The technology behind digital twins has expanded to include large items such as buildings, factories and even cities. This also raises new social and ethical issues, such as privacy and property of data, disruption of existing societal structures, inequality and in justice.
Background
A digital twin is a digital copy of the physical world. The technology behind digital twins has expanded to include large items such as buildings, factories and even cities, and some argue people and processes can have digital twins, expanding the concept even further. This twin would enable people to collaborate virtually, intake sensor data and simulate conditions quickly, understand what-if scenarios clearly, predict results more accurately, and output instructions to manipulate the physical world.
The digital twins trend is gaining momentum thanks to rapidly evolving simulation and modeling capabilities, better interoperability and IoT sensors, and more availability of tools and computing infrastructure. This means more organisations would explore opportunities to use digital twins to optimise processes, make data-driven decision in real time, and design new products, services, and business models.
Our story
Challenge
As digital technologies, digital twins raise social and ethical issues, such as algorithmic biases, methodological and value-driven concerns such as inconclusive evidence or unfair outcomes, or issues related to the ownership of the data generated by the digital twin.

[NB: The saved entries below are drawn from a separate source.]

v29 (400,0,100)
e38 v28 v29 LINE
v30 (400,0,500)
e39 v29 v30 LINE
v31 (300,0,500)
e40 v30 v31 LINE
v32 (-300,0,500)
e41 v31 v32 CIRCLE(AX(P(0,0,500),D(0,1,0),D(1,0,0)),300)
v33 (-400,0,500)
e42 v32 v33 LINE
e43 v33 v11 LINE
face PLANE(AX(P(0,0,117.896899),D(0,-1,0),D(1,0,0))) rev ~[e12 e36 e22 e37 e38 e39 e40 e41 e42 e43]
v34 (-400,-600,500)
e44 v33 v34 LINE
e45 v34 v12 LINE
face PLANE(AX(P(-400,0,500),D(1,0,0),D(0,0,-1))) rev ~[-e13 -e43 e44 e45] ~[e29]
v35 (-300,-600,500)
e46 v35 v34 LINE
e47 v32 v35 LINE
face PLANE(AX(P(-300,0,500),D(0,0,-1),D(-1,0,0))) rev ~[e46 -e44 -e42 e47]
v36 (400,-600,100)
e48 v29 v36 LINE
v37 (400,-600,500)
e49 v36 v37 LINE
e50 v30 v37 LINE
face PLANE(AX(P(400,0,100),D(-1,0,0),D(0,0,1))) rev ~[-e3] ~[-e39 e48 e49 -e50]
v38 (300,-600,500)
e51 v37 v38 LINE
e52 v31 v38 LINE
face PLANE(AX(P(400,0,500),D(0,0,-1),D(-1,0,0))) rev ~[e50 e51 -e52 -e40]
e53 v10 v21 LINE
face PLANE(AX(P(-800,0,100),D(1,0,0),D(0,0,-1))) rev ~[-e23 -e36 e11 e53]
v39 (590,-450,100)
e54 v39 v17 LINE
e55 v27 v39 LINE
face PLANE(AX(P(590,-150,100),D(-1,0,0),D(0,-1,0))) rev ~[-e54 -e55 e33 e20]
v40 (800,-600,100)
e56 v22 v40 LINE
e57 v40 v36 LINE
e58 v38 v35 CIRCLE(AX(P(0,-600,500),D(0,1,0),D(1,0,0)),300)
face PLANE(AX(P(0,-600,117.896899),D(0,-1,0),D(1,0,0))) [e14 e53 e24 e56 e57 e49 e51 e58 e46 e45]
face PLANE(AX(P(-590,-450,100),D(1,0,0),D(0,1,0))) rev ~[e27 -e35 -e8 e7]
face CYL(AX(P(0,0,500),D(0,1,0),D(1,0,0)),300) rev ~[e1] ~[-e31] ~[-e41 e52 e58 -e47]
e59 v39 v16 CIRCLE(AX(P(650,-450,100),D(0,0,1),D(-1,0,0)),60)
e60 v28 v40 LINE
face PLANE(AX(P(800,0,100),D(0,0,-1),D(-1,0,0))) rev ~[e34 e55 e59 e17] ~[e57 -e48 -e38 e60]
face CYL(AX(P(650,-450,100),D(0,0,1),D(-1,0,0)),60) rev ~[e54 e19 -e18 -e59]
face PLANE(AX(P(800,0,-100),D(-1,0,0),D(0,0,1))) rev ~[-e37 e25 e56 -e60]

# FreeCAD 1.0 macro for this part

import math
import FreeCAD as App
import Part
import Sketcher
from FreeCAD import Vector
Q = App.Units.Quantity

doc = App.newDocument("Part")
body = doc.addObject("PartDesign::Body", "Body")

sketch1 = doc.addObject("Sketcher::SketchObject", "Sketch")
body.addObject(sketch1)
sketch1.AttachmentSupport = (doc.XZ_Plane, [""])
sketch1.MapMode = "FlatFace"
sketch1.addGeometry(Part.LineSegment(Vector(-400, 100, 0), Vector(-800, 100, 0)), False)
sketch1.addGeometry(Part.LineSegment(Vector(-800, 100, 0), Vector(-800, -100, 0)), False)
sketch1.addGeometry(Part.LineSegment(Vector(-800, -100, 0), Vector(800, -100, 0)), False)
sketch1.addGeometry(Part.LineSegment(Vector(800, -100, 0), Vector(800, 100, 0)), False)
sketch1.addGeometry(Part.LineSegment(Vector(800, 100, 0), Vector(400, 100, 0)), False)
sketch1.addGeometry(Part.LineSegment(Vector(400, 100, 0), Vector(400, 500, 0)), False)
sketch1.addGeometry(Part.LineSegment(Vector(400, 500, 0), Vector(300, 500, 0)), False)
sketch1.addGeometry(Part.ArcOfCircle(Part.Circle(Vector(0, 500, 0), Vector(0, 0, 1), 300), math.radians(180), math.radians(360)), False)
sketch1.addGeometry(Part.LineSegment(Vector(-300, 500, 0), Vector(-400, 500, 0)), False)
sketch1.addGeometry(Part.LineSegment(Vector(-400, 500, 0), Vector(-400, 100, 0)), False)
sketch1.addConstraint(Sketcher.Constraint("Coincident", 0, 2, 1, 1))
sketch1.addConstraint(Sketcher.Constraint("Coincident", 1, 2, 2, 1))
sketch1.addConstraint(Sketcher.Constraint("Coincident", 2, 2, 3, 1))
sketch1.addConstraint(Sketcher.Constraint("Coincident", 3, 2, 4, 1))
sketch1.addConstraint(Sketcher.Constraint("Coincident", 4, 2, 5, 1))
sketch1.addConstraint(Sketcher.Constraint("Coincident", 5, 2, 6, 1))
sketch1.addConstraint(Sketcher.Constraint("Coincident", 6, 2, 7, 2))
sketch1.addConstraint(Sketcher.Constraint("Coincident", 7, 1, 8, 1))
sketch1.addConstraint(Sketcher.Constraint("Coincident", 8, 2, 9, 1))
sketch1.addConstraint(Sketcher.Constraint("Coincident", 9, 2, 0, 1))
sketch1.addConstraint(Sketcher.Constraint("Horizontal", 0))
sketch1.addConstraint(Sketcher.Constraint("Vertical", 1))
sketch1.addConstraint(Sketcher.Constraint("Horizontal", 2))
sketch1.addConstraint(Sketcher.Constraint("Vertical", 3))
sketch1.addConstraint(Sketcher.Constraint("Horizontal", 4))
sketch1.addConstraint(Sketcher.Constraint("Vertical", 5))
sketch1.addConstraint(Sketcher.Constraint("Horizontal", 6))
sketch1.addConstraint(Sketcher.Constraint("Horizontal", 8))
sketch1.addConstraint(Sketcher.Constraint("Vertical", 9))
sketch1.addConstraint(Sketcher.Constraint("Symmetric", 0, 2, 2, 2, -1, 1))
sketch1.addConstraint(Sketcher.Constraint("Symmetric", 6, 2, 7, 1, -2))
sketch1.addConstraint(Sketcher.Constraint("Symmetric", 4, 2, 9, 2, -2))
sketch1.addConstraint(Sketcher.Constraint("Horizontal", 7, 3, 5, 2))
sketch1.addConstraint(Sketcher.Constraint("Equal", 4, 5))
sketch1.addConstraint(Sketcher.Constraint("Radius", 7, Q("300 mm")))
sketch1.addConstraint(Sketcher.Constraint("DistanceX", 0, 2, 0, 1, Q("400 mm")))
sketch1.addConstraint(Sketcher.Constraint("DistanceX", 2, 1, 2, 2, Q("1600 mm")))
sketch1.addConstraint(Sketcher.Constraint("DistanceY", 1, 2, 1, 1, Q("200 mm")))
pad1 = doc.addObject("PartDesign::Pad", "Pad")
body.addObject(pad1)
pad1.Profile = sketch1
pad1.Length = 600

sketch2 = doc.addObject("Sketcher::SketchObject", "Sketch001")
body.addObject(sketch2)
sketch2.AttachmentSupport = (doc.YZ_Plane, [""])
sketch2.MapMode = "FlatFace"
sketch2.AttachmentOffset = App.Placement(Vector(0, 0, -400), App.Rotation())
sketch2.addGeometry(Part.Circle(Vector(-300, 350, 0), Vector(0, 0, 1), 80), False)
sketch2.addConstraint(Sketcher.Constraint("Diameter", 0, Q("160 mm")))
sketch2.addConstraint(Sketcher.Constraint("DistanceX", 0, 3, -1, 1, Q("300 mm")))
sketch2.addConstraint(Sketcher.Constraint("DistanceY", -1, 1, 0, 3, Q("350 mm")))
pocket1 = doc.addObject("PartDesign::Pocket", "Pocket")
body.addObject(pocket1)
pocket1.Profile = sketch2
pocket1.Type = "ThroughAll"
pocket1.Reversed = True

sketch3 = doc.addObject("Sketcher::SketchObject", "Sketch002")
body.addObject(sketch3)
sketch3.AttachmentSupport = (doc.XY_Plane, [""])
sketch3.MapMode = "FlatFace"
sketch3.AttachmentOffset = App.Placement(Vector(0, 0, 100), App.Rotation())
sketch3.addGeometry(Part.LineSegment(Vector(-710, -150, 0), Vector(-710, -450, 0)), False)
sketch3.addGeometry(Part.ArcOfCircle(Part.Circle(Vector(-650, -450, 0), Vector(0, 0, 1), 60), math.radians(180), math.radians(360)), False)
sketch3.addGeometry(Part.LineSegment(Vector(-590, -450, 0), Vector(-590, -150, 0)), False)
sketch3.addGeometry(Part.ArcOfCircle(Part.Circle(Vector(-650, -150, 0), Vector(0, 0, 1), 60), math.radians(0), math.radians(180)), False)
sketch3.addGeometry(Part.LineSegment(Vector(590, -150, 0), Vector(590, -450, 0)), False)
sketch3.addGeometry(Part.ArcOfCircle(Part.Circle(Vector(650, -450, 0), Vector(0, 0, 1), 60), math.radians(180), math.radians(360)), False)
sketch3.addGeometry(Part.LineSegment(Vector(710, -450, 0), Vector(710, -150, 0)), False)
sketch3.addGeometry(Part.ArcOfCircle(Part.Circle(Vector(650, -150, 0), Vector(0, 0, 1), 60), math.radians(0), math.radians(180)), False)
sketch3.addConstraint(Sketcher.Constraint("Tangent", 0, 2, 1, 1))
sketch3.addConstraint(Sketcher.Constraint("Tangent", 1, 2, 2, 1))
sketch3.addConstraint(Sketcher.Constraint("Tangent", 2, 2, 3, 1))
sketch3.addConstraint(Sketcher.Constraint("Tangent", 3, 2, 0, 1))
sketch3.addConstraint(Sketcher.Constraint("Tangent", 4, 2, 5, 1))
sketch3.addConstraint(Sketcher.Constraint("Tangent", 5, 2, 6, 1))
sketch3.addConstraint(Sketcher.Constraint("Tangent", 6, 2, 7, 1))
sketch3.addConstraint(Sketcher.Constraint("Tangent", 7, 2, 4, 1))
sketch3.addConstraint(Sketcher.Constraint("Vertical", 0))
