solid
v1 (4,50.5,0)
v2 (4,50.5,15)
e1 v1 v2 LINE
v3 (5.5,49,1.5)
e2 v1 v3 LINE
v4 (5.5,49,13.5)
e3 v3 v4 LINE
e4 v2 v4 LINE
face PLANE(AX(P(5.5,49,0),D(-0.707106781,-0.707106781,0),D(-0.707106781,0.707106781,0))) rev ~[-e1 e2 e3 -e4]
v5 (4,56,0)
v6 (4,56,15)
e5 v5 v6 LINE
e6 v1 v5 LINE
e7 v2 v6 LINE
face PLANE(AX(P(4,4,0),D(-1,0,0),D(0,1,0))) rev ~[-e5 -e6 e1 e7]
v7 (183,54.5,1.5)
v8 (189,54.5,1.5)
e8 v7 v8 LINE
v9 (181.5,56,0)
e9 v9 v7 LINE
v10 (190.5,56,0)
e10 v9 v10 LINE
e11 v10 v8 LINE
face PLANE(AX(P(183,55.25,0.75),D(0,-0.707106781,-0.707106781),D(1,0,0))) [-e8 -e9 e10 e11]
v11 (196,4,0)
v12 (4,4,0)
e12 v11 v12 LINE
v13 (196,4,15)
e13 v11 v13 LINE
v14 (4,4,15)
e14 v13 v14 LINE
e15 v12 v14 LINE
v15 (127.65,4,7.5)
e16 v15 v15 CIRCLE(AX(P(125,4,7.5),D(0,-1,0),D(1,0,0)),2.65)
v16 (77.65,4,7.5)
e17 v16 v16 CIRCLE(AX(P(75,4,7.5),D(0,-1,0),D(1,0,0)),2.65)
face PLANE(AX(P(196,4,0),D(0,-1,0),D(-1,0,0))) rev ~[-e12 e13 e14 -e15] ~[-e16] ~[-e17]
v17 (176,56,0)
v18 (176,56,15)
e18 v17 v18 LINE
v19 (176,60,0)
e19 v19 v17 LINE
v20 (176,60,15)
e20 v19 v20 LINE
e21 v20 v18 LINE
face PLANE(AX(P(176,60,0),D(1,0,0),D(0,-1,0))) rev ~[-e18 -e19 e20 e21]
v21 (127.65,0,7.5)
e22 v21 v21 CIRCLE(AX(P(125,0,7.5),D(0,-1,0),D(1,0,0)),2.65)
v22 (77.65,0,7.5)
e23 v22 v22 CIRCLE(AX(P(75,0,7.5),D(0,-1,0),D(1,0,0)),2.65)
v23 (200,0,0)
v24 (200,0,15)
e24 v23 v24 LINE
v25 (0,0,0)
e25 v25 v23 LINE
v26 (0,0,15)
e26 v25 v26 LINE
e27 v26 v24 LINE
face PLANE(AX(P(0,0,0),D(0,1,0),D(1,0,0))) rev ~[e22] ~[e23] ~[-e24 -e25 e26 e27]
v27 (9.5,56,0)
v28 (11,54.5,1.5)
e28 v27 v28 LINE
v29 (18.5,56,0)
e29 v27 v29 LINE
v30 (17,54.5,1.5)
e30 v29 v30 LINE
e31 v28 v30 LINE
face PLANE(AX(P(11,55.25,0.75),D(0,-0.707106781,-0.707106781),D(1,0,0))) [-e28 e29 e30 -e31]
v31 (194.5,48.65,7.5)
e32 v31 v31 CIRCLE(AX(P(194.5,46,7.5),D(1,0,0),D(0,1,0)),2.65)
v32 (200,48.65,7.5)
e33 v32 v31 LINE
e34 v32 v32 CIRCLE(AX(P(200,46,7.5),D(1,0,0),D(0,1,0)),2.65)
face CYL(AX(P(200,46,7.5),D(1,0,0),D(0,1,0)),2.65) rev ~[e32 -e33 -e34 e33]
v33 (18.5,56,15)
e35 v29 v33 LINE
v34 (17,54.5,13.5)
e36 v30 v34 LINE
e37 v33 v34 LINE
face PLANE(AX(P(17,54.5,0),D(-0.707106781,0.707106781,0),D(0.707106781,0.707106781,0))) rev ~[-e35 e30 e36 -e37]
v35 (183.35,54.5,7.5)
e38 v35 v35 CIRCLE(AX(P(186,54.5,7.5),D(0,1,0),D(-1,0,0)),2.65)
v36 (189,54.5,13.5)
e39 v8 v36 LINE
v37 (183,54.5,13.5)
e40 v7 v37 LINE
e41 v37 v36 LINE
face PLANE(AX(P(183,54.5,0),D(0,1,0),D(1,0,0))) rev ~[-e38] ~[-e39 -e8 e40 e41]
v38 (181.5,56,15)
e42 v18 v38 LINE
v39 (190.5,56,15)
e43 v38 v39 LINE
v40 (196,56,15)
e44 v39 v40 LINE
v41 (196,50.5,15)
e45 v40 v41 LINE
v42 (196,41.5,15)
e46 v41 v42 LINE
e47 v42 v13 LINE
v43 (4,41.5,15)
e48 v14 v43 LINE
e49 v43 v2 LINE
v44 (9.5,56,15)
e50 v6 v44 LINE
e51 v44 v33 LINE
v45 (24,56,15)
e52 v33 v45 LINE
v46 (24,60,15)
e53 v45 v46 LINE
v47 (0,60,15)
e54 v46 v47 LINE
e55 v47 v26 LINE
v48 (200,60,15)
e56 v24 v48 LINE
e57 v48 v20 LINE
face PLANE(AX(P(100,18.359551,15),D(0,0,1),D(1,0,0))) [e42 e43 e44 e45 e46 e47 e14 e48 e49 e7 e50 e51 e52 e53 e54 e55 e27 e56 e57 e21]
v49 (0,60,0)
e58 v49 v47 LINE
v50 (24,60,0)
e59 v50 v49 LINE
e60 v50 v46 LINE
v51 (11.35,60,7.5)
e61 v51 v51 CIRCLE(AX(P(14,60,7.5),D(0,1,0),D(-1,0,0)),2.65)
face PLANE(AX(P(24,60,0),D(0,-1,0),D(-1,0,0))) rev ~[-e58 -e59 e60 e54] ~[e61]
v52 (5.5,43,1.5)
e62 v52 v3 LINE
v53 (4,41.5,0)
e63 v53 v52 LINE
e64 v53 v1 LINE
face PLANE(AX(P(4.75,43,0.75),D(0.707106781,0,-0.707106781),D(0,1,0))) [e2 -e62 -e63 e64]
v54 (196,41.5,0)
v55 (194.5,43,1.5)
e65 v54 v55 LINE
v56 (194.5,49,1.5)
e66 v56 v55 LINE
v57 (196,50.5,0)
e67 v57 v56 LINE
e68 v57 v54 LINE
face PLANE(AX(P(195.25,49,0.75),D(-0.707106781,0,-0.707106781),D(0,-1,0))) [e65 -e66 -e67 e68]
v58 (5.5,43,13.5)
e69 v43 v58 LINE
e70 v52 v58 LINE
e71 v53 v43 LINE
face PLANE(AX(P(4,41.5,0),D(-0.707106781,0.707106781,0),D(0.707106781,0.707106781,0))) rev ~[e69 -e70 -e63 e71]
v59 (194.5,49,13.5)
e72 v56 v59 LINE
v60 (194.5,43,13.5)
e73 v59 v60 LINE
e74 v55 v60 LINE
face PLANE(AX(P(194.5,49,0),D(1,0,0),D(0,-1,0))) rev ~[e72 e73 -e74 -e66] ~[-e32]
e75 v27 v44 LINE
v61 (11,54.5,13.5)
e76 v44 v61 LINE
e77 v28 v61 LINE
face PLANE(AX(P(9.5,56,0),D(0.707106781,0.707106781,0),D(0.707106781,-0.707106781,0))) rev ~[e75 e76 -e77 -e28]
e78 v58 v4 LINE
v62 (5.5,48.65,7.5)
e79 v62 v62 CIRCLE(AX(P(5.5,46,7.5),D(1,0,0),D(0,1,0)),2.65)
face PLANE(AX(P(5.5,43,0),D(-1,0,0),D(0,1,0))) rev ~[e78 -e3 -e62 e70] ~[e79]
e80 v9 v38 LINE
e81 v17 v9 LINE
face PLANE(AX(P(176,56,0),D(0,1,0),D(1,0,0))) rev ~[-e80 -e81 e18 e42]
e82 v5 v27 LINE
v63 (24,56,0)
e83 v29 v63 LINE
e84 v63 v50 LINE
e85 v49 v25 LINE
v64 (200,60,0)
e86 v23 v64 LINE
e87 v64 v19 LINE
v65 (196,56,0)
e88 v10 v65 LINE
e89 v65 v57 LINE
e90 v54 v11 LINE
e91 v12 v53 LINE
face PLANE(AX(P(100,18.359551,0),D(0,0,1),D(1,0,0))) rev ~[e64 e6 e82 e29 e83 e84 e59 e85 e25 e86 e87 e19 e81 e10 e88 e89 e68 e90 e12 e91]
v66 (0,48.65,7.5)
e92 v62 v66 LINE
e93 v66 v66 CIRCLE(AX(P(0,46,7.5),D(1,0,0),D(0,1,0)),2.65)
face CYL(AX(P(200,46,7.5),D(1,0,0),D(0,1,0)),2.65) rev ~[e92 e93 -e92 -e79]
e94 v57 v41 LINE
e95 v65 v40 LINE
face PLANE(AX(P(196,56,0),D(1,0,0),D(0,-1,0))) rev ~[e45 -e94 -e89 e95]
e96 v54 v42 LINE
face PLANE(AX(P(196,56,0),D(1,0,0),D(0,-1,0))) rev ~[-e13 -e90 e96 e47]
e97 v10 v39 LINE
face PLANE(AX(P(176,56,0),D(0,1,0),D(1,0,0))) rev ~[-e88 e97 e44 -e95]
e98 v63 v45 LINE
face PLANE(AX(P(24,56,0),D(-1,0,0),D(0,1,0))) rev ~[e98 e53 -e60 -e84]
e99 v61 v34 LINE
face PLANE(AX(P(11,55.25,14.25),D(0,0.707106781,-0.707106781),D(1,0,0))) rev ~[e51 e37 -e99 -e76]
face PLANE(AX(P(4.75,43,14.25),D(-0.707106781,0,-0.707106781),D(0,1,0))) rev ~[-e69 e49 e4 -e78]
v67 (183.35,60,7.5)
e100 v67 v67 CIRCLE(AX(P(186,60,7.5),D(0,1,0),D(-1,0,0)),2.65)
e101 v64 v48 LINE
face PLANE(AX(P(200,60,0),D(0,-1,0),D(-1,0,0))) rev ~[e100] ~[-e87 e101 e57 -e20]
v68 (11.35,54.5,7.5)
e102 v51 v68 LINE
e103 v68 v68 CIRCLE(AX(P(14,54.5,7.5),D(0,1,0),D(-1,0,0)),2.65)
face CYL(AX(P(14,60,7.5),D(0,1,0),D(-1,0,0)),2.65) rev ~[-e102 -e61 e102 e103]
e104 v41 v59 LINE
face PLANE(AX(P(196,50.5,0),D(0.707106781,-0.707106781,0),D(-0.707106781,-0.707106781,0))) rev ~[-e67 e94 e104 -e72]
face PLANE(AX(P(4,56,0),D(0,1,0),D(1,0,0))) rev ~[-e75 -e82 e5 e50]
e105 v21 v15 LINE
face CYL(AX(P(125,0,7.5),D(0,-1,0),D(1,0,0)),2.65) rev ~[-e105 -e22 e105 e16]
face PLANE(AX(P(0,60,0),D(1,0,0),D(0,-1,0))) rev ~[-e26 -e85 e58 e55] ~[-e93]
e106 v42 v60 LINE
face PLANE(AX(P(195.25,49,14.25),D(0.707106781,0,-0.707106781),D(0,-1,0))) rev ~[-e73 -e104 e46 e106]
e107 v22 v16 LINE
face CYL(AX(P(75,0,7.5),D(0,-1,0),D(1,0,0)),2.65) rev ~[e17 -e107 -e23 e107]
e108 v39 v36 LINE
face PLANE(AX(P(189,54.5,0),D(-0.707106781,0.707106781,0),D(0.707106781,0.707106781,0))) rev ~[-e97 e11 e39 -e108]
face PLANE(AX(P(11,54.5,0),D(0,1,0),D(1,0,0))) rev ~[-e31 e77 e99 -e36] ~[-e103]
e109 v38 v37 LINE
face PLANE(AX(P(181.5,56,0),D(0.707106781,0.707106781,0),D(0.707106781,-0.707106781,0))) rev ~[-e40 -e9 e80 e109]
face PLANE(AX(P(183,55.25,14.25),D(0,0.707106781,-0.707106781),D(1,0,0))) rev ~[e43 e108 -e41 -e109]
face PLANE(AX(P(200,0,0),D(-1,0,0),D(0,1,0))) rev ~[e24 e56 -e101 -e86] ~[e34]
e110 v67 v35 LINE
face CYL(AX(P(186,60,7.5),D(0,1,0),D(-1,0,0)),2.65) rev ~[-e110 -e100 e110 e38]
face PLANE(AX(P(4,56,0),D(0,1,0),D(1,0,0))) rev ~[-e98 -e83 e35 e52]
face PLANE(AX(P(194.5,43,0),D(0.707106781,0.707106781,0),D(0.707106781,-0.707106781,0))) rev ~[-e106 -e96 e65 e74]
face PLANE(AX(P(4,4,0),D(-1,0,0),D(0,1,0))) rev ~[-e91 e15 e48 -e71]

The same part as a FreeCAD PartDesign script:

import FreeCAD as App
import Part
import Sketcher
Q = App.Units.Quantity


def edges_at(feature, points):
    """Names of the edges that pass closest to the given points."""
    edges = feature.Shape.Edges
    near = lambda p: min(range(len(edges)), key=lambda i: edges[i].distToShape(Part.Vertex(*p))[0])
    return sorted({f"Edge{near(p) + 1}" for p in points})


def add_polygon(sketch, points):
    """Adds a closed chain of lines whose ends are joined by coincident constraints."""
    first, n = sketch.GeometryCount, len(points)
    for a, b in zip(points, points[1:] + points[:1]):
        sketch.addGeometry(Part.LineSegment(App.Vector(*a, 0), App.Vector(*b, 0)), False)
    for i in range(n):
        sketch.addConstraint(Sketcher.Constraint("Coincident", first + i, 2, first + (i + 1) % n, 1))

doc = App.newDocument("Part")
body = doc.addObject("PartDesign::Body", "Body")

# Sketch on XY plane
sketch1 = body.newObject("Sketcher::SketchObject", "Sketch")
sketch1.AttachmentSupport = (doc.getObject("XY_Plane"), [""])
sketch1.MapMode = "FlatFace"
add_polygon(sketch1, [(0, 60), (0, 0), (200, 0), (200, 60), (176, 60), (176, 56), (196, 56), (196, 4), (4, 4), (4, 56), (24, 56), (24, 60)])  # lines 0-11
sketch1.addConstraint([
    Sketcher.Constraint("Vertical", 0),
    Sketcher.Constraint("Horizontal", 1),
    Sketcher.Constraint("Vertical", 2),
    Sketcher.Constraint("Horizontal", 3),
    Sketcher.Constraint("Vertical", 4),
    Sketcher.Constraint("Horizontal", 5),
    Sketcher.Constraint("Vertical", 6),
    Sketcher.Constraint("Horizontal", 7),
    Sketcher.Constraint("Vertical", 8),
    Sketcher.Constraint("Horizontal", 9),
    Sketcher.Constraint("Vertical", 10),
    Sketcher.Constraint("Horizontal", 11),
    Sketcher.Constraint("Coincident", 0, 2, -1, 1),
    Sketcher.Constraint("Horizontal", 5, 2, 8, 2),
    Sketcher.Constraint("Horizontal", 3, 2, 10, 2),
    Sketcher.Constraint("Equal", 5, 9),
    Sketcher.Constraint("Equal", 3, 11),
    Sketcher.Constraint("DistanceX", 1, 1, 1, 2, Q("200 mm")),
    Sketcher.Constraint("DistanceX", 3, 2, 3, 1, Q("24 mm")),
    Sketcher.Constraint("DistanceX", 5, 1, 5, 2, Q("20 mm")),
    Sketcher.Constraint("DistanceY", 0, 2, 0, 1, Q("60 mm")),
    Sketcher.Constraint("DistanceY", 4, 2, 4, 1, Q("4 mm")),
    Sketcher.Constraint("DistanceY", 6, 2, 6, 1, Q("52 mm")),
])
pad1 = body.newObject("PartDesign::Pad", "Pad")
pad1.Profile = sketch1
pad1.Length = 15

Furthermore, the fact that using digital twins in the urban planning represent socio-ecological systems requires that this particular context is considered in digital twin development in general, and in the way digital twins may affect our relation to the city, to our communities, and to environment in particular.
The NSW Government recently released its Digital Twin of the Western Sydney City Deal in partnership with CSIRO’s Data61. By aggregating high-value transport, infrastructure, property, planning and environmental datasets directly from the owners, governments and industry, the NSW digital twin aims to ensure all stakeholders are working off the same authoritative data, to effectively respond to different built and natural environments. In this project we review the social and ethical aspects of the digital technology regarding the development of design requirements of NSW digital twin.